Castle Frankenstein cannot withstand the destructive power of Dracula and is falling apart quickly prompting Van Helsing to escape. After arriving at the main courtyard Anna greets Van Helsing with a horse-drawn carriage with aim to flee the castle, they are chased by a Bride.

Carriage Ride

Pursuing Van Helsing and Anna en route to Igor to acquire the Key to Castle Dracula on separate carriages, are the remaining two Brides who seek revenge.
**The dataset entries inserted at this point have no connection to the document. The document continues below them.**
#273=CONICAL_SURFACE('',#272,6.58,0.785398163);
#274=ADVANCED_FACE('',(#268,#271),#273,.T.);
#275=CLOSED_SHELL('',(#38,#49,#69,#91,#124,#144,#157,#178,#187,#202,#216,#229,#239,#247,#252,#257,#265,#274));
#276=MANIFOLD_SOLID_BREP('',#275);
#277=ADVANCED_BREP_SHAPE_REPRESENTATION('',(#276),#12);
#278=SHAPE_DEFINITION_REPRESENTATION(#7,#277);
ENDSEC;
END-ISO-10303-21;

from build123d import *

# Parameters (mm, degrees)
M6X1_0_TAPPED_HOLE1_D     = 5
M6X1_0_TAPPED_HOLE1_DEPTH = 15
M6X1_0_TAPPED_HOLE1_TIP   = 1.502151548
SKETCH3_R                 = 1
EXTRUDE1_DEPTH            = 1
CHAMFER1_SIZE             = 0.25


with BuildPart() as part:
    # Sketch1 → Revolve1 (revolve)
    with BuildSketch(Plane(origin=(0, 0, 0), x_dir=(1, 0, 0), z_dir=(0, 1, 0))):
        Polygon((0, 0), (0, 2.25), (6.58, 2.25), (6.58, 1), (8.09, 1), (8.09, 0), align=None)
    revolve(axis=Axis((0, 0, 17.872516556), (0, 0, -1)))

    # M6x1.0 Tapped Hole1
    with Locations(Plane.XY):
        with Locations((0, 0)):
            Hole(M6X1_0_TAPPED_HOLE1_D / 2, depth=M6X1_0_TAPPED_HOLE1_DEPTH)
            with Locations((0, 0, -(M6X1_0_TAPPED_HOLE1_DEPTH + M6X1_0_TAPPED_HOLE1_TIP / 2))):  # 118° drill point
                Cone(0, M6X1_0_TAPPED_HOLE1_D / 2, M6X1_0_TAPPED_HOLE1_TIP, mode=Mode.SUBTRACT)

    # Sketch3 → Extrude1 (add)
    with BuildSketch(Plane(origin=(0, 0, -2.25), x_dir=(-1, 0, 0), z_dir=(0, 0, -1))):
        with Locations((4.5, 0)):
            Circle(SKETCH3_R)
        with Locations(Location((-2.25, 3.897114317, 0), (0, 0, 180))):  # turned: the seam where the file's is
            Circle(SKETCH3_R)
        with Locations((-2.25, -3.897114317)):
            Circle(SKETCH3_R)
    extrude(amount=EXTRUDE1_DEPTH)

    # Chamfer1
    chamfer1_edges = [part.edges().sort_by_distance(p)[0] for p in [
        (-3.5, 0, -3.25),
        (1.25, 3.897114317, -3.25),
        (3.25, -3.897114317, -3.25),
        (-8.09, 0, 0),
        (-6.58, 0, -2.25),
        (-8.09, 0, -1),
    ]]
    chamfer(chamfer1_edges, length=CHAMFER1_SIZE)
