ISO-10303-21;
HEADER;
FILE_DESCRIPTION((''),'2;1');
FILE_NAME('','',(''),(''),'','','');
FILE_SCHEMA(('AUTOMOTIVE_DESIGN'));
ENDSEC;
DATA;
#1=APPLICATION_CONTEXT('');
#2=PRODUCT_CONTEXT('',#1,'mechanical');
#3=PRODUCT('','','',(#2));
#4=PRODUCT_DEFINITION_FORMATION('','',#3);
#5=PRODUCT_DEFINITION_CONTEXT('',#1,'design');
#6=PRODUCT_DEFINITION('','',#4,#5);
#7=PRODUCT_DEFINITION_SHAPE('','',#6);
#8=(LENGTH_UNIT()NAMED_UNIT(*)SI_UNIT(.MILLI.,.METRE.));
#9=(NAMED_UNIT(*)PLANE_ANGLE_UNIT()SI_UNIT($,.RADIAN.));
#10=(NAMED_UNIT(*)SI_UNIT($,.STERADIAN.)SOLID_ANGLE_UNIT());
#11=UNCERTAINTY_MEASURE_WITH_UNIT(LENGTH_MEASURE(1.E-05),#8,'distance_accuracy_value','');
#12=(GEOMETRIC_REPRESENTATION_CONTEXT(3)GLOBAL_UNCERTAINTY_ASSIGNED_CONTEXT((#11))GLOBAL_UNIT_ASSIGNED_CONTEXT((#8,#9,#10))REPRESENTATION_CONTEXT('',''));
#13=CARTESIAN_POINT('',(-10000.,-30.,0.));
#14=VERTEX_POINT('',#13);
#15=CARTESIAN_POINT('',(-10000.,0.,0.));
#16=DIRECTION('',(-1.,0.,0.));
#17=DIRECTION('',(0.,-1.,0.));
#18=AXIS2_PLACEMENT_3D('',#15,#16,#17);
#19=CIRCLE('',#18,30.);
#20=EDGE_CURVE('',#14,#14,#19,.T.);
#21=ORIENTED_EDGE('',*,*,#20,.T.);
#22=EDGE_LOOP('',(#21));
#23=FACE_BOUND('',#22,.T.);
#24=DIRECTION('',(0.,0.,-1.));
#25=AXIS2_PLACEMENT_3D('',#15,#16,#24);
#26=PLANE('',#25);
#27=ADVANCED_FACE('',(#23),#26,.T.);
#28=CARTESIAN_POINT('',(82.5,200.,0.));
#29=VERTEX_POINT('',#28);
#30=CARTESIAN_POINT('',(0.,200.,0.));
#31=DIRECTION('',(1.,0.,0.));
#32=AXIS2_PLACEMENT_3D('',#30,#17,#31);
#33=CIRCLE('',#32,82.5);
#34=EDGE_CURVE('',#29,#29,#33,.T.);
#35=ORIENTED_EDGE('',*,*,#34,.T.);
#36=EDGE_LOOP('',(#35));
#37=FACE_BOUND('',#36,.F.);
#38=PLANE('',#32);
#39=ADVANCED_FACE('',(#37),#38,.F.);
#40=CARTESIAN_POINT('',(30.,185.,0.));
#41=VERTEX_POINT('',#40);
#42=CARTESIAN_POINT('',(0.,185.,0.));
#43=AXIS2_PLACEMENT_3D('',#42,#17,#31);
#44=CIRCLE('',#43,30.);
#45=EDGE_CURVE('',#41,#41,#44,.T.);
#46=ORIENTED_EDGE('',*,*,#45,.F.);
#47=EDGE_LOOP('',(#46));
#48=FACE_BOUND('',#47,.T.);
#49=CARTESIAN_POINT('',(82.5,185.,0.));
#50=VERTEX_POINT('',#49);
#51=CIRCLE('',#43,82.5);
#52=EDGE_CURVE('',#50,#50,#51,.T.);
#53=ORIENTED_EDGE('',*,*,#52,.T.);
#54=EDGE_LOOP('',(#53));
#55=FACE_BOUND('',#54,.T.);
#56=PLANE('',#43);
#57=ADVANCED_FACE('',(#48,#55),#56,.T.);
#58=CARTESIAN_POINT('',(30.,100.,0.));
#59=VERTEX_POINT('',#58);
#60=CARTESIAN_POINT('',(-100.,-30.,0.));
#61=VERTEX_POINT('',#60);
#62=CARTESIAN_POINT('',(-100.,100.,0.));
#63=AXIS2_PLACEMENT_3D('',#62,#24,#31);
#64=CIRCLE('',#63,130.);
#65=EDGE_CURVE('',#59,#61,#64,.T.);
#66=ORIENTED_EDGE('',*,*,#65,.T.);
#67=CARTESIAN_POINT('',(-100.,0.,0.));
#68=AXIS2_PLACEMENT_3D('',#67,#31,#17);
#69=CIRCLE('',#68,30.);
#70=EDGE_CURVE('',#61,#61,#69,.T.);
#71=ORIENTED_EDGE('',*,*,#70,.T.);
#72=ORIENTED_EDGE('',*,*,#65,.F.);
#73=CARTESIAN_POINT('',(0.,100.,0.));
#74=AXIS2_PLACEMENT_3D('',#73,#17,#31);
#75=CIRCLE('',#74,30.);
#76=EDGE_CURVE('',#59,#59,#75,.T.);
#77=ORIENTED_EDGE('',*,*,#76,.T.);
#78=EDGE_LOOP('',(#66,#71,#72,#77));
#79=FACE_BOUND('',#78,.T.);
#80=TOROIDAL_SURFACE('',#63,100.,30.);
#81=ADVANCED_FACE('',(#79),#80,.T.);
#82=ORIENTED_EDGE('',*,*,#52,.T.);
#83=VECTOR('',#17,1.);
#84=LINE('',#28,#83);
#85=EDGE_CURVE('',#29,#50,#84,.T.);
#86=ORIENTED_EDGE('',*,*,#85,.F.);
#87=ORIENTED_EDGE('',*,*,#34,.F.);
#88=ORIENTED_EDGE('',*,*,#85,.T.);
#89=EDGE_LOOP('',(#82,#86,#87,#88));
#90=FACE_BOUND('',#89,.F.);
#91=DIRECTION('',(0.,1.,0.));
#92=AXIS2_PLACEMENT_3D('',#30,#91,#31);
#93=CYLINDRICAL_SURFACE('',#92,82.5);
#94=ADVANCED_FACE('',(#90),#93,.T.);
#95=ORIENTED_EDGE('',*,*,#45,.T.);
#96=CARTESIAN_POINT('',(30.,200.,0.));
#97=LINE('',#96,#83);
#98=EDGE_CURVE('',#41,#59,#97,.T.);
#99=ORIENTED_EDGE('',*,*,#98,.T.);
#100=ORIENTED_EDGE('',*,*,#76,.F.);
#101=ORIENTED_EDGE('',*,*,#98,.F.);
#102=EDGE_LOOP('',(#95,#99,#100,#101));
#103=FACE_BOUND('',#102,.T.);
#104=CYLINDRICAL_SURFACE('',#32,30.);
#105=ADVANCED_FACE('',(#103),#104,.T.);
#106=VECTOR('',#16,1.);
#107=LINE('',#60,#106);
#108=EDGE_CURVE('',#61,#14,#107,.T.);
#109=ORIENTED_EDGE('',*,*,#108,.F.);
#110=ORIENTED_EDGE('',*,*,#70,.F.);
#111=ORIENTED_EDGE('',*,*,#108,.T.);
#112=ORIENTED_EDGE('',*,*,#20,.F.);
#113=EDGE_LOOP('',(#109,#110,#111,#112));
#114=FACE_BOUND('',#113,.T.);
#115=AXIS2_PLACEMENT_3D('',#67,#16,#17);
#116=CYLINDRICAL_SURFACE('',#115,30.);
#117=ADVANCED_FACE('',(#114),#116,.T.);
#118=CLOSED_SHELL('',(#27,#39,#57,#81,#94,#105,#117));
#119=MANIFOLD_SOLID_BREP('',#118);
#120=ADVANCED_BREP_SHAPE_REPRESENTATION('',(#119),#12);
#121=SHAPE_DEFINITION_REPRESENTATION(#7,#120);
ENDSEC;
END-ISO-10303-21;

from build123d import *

# Parameters (mm, degrees)
F2_R     = 30
F2_R_2   = 82.5
F4_DEPTH = 15


with BuildPart() as f3:
    # F3: sweep along a path in F0
    with BuildLine(Plane.XY) as f3_path:
        Line((0, 200), (0, 100))
        ThreePointArc((0, 100), (-29.2893218813, 29.2893218813), (-100, 0))
        Line((-100, 0), (-10000, 0))
    # F2 (on offset) → F3 (sweep)
    with BuildSketch(Plane.XZ.offset(-200)):
        Circle(F2_R)
    sweep(path=f3_path.line)

    # F2 (on offset) → F4 (join)
    with BuildSketch(Plane.XZ.offset(-200)):
        Circle(F2_R_2)
        Circle(F2_R, mode=Mode.SUBTRACT)
    extrude(amount=F4_DEPTH)


solid = f3.part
After attacking Helsing's carriage he abandons it off a cliff and the Brides follow it down a cliff to reveal it was only disguising an improvised vampire killing bomb, not the monster they were looking to acquire for their master Dracula. The bomb ends up killing Verona, a second Bride of Dracula. Prior to ditching his carriage Helsing jumped to Anna's, but a fallen tree in the path forced them to abandon that carriage as well, Anna was grabbed by the remaining Bride, while Velkan has come back for Helsing. After defeating Velkan's werewolf form yet again he informs Helsing of the location of Igor. After sharing the information, Velkan makes one last attack on Helsing, biting him, giving him lycanthropy, then dying.
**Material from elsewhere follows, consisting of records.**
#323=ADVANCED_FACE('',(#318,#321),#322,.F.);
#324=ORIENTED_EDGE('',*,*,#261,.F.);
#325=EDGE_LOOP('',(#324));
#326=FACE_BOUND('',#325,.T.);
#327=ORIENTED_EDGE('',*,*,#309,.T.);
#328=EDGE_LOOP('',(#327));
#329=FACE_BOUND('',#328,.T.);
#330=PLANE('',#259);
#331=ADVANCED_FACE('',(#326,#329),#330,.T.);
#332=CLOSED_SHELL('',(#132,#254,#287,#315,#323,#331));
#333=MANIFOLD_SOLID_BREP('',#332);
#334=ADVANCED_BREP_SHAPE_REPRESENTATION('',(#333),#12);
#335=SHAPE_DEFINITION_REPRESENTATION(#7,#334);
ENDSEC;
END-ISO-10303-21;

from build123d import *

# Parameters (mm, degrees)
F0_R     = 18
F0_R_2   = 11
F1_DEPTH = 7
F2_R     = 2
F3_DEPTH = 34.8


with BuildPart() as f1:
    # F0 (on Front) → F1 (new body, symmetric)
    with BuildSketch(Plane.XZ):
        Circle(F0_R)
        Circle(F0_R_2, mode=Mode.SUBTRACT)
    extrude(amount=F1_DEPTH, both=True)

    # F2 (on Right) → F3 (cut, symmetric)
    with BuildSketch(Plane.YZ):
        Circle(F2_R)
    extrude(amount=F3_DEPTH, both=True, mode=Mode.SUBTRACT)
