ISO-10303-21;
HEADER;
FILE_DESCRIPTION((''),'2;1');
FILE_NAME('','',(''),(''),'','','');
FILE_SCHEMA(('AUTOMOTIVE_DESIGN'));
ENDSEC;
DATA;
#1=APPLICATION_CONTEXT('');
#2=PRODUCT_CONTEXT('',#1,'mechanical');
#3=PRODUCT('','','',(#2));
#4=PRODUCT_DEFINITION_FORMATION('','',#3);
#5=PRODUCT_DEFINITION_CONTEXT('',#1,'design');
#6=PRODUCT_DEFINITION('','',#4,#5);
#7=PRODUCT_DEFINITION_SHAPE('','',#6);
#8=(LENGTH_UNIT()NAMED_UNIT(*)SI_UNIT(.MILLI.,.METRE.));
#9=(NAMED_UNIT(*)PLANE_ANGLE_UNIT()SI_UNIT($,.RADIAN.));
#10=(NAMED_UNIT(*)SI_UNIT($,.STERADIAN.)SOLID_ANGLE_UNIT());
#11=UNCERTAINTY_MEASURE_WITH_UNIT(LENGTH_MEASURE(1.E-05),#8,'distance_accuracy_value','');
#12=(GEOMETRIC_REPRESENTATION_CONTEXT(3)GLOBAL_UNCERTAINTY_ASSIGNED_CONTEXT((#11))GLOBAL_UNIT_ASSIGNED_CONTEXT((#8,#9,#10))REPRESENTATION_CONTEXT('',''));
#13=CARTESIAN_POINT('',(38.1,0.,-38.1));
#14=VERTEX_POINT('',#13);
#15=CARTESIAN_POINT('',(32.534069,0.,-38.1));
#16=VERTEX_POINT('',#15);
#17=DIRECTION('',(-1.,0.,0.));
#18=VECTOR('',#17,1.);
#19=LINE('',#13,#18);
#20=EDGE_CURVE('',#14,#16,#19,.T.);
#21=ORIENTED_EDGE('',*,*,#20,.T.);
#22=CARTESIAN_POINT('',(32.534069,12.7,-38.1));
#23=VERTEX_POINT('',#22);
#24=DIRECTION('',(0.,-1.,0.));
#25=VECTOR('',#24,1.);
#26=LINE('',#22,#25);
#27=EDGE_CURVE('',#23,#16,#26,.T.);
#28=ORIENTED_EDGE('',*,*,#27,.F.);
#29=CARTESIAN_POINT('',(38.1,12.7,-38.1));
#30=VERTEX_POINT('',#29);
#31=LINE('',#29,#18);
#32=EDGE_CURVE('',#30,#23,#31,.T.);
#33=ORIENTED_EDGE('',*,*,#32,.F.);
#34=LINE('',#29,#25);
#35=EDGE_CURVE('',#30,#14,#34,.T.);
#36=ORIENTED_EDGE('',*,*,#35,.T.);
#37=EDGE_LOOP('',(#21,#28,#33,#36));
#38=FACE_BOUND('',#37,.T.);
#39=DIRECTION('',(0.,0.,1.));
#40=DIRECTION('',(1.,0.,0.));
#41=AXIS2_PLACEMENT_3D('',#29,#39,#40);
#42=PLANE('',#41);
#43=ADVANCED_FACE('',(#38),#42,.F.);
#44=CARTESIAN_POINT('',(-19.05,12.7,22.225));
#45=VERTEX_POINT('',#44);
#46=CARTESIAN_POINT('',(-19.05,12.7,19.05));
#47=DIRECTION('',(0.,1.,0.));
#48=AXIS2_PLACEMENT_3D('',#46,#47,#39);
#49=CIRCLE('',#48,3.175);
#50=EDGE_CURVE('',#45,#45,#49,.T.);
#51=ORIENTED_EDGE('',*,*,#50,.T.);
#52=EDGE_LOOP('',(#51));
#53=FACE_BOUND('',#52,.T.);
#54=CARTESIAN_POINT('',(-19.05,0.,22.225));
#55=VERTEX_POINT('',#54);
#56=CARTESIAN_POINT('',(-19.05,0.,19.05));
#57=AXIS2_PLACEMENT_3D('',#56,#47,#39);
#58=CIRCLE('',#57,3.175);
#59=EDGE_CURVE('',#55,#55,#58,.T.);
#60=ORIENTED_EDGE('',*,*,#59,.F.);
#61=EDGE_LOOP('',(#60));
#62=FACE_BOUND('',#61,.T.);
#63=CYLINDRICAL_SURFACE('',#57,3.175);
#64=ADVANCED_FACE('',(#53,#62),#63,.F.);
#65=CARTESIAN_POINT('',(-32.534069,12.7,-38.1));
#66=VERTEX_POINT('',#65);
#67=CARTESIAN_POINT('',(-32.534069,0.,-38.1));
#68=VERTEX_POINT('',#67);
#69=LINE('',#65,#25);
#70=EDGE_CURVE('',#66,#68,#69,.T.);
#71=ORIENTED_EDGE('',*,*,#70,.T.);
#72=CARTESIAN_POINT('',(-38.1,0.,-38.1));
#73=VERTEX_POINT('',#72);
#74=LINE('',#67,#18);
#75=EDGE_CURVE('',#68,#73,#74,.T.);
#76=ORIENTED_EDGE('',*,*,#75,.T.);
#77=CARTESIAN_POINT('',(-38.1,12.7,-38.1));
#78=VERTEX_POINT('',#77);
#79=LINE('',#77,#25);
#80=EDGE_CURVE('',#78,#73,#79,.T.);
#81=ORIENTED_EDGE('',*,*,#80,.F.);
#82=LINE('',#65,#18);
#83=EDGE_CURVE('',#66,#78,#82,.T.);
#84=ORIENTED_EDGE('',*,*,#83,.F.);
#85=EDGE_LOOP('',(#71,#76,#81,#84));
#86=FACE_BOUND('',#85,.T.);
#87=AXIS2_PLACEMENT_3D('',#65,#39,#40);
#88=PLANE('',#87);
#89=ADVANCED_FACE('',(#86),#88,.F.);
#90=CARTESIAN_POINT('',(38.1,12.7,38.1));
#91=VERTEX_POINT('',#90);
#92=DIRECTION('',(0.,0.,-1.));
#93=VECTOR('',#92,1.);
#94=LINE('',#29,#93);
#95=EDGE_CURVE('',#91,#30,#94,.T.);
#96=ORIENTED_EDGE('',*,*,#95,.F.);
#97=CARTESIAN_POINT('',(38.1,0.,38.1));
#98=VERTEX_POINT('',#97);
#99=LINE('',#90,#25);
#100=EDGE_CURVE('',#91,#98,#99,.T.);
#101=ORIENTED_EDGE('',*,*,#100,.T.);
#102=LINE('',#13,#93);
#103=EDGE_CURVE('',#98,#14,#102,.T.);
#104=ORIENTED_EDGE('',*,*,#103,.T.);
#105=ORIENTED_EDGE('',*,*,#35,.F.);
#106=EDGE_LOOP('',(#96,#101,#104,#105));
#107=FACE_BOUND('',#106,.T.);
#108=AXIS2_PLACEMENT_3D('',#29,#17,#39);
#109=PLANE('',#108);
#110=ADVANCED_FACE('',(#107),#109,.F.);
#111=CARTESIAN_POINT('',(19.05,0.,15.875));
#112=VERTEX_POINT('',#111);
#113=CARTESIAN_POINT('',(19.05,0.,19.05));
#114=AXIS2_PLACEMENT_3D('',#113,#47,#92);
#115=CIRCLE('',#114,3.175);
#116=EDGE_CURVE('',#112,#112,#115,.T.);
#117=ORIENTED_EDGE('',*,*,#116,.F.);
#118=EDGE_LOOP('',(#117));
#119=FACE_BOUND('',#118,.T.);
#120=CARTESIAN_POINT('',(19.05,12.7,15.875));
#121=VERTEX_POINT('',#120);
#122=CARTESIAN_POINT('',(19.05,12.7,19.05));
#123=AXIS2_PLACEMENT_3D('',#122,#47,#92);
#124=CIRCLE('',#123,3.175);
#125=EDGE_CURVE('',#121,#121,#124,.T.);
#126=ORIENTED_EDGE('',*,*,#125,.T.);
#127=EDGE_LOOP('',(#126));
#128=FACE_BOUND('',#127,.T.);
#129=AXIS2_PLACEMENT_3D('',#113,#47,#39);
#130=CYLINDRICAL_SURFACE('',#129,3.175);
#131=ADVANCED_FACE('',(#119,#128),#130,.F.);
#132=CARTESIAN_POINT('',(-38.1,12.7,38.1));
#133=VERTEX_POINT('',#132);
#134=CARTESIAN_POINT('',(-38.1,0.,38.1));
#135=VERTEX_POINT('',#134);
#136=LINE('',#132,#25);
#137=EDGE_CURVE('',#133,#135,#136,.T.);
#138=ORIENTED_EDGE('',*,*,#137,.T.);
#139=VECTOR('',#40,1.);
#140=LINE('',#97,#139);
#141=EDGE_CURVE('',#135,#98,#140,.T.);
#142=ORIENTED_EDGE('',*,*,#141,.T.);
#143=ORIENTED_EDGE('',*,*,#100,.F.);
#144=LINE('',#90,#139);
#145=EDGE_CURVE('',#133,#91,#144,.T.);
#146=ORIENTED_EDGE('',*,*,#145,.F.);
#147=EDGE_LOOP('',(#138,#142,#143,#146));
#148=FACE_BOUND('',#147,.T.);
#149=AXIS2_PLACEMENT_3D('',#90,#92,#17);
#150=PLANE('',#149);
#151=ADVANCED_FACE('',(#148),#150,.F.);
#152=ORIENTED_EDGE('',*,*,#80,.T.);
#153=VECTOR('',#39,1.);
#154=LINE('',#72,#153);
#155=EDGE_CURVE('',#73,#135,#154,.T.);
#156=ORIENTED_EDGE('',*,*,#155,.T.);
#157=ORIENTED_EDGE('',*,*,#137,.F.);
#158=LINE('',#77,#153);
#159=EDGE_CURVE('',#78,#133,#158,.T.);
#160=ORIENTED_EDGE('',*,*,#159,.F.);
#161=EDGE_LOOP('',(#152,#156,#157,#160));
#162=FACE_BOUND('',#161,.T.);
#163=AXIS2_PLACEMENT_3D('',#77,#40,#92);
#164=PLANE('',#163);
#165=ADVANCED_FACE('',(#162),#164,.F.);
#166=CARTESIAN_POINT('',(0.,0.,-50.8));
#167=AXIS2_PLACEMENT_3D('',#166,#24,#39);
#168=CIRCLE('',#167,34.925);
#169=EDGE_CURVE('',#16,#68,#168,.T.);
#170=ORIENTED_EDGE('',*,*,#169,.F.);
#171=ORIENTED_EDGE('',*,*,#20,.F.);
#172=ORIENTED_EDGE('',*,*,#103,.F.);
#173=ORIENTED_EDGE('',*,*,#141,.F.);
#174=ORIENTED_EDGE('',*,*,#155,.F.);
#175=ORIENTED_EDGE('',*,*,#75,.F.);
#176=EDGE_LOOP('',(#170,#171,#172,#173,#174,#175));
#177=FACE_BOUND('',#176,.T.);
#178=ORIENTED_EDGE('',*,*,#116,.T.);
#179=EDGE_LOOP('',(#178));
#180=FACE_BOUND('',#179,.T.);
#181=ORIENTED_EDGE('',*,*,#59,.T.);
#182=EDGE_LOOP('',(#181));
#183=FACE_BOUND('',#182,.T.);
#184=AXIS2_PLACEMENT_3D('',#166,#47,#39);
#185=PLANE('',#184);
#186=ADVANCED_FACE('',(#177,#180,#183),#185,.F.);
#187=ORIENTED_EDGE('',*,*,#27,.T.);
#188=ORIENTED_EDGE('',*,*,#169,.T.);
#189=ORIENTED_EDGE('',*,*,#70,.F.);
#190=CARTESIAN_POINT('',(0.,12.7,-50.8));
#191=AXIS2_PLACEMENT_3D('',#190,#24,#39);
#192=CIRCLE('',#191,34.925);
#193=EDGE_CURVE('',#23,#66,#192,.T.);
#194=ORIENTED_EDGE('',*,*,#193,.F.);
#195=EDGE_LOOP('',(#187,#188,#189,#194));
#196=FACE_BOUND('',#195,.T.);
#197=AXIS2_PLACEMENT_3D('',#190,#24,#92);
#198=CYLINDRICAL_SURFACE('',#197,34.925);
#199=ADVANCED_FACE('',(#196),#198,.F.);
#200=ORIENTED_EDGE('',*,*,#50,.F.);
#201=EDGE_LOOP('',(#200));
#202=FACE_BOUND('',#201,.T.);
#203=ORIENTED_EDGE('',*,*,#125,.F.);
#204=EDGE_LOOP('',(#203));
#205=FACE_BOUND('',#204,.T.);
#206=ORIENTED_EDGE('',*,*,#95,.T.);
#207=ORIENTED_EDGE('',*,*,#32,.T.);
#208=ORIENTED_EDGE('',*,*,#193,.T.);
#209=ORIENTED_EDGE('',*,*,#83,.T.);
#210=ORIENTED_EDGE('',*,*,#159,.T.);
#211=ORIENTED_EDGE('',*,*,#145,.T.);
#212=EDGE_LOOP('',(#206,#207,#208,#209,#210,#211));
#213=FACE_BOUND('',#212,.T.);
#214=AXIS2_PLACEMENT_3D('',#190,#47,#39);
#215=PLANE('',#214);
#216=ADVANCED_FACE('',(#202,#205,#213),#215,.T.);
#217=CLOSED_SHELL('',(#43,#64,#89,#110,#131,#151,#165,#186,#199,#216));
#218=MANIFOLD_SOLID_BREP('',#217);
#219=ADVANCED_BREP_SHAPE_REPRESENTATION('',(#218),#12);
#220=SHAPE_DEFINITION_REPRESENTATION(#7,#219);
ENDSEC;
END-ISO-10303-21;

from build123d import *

# Parameters (mm, degrees)
BOSS_EXTRUDE1_DEPTH = 12.7
SKETCH2_R           = 3.175
CUT_EXTRUDE1_DEPTH  = 12.7


with BuildPart() as part:
    # Sketch1 → Boss-Extrude1 (new body)
    with BuildSketch(Plane(origin=(0, 0, 0), x_dir=(1, 0, 0), z_dir=(0, 1, 0))):
        with BuildLine():
            Line((38.1, 38.1), (32.534068682, 38.1))
            ThreePointArc((32.534068682, 38.1), (0, 15.875), (-32.534068682, 38.1))
            Line((-32.534068682, 38.1), (-38.1, 38.1))
            Line((-38.1, 38.1), (-38.1, -38.1))
            Line((-38.1, -38.1), (38.1, -38.1))
            Line((38.1, -38.1), (38.1, 38.1))
        make_face()
    extrude(amount=BOSS_EXTRUDE1_DEPTH)

    # Sketch2 → Cut-Extrude1 (cut)
    with BuildSketch(Plane(origin=(0, 12.7, 0), x_dir=(1, 0, 0), z_dir=(0, 1, 0))):
        with Locations(Location((-19.05, -19.05, 0), (0, 0, 270))):
            Circle(SKETCH2_R)
        with Locations(Location((19.05, -19.05, 0), (0, 0, 90))):
            Circle(SKETCH2_R)
    extrude(amount=-CUT_EXTRUDE1_DEPTH, mode=Mode.SUBTRACT)


solid = part.part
After pursuing Igor though the forest for the portal key to Castle Dracula and finally encountering him, Van Helsing is approached again by the ghost of Velarious, who addresses him as Gabriel without him having memory.

Castle Dracula

Now in the realm of Dracula's Castle, in pursuit of answers to his past, retribution for past sins forgotten, Van Helsing delves deeper finding Anna bound to a cross. After freeing her she discovers him Van Helsing being bitten and her brother killed in defense. The reunion cut short by the roof collapsing on them, opening the floor below. After continuing deeper into the icy realm of Dracula's Castle, Van Helsing defeats the final Bride of Dracula, Aleera, with a silver stake through the heart. Prior to the battle she had been waiting 400 years for the moment to kill Helsing.

At the top of the tower in Dracula's Castle Helsing finds the Frankenstein monster attached to a mechanism acting as a generator to give life to Dracula's offspring. After freeing him, Van Helsing descends the tower and Dracula is there waiting for him, calling Helsing Gabriel then transforming to his demon form. At the stroke of midnight, Van Helsing (Gabriel), transforms into a werewolf, striking fear into Dracula even in his demon form. After killing Dracula as a werewolf, Anna attempts to cure him but is stricken down and killed in the process. Reverting to human form, Van Helsing blames himself for her death. He watches as her soul leaves.

== Reception ==

The PlayStation 2 and Xbox versions received "mixed" reviews, earning a score of 64/100 and 63/100, respectively, while the Game Boy Advance version received "unfavorable" reviews, earning a score of 33/100, according to the review aggregation website Metacritic. The Game Boy Advance version is one of the lowest scored games for the platform on Metacritic.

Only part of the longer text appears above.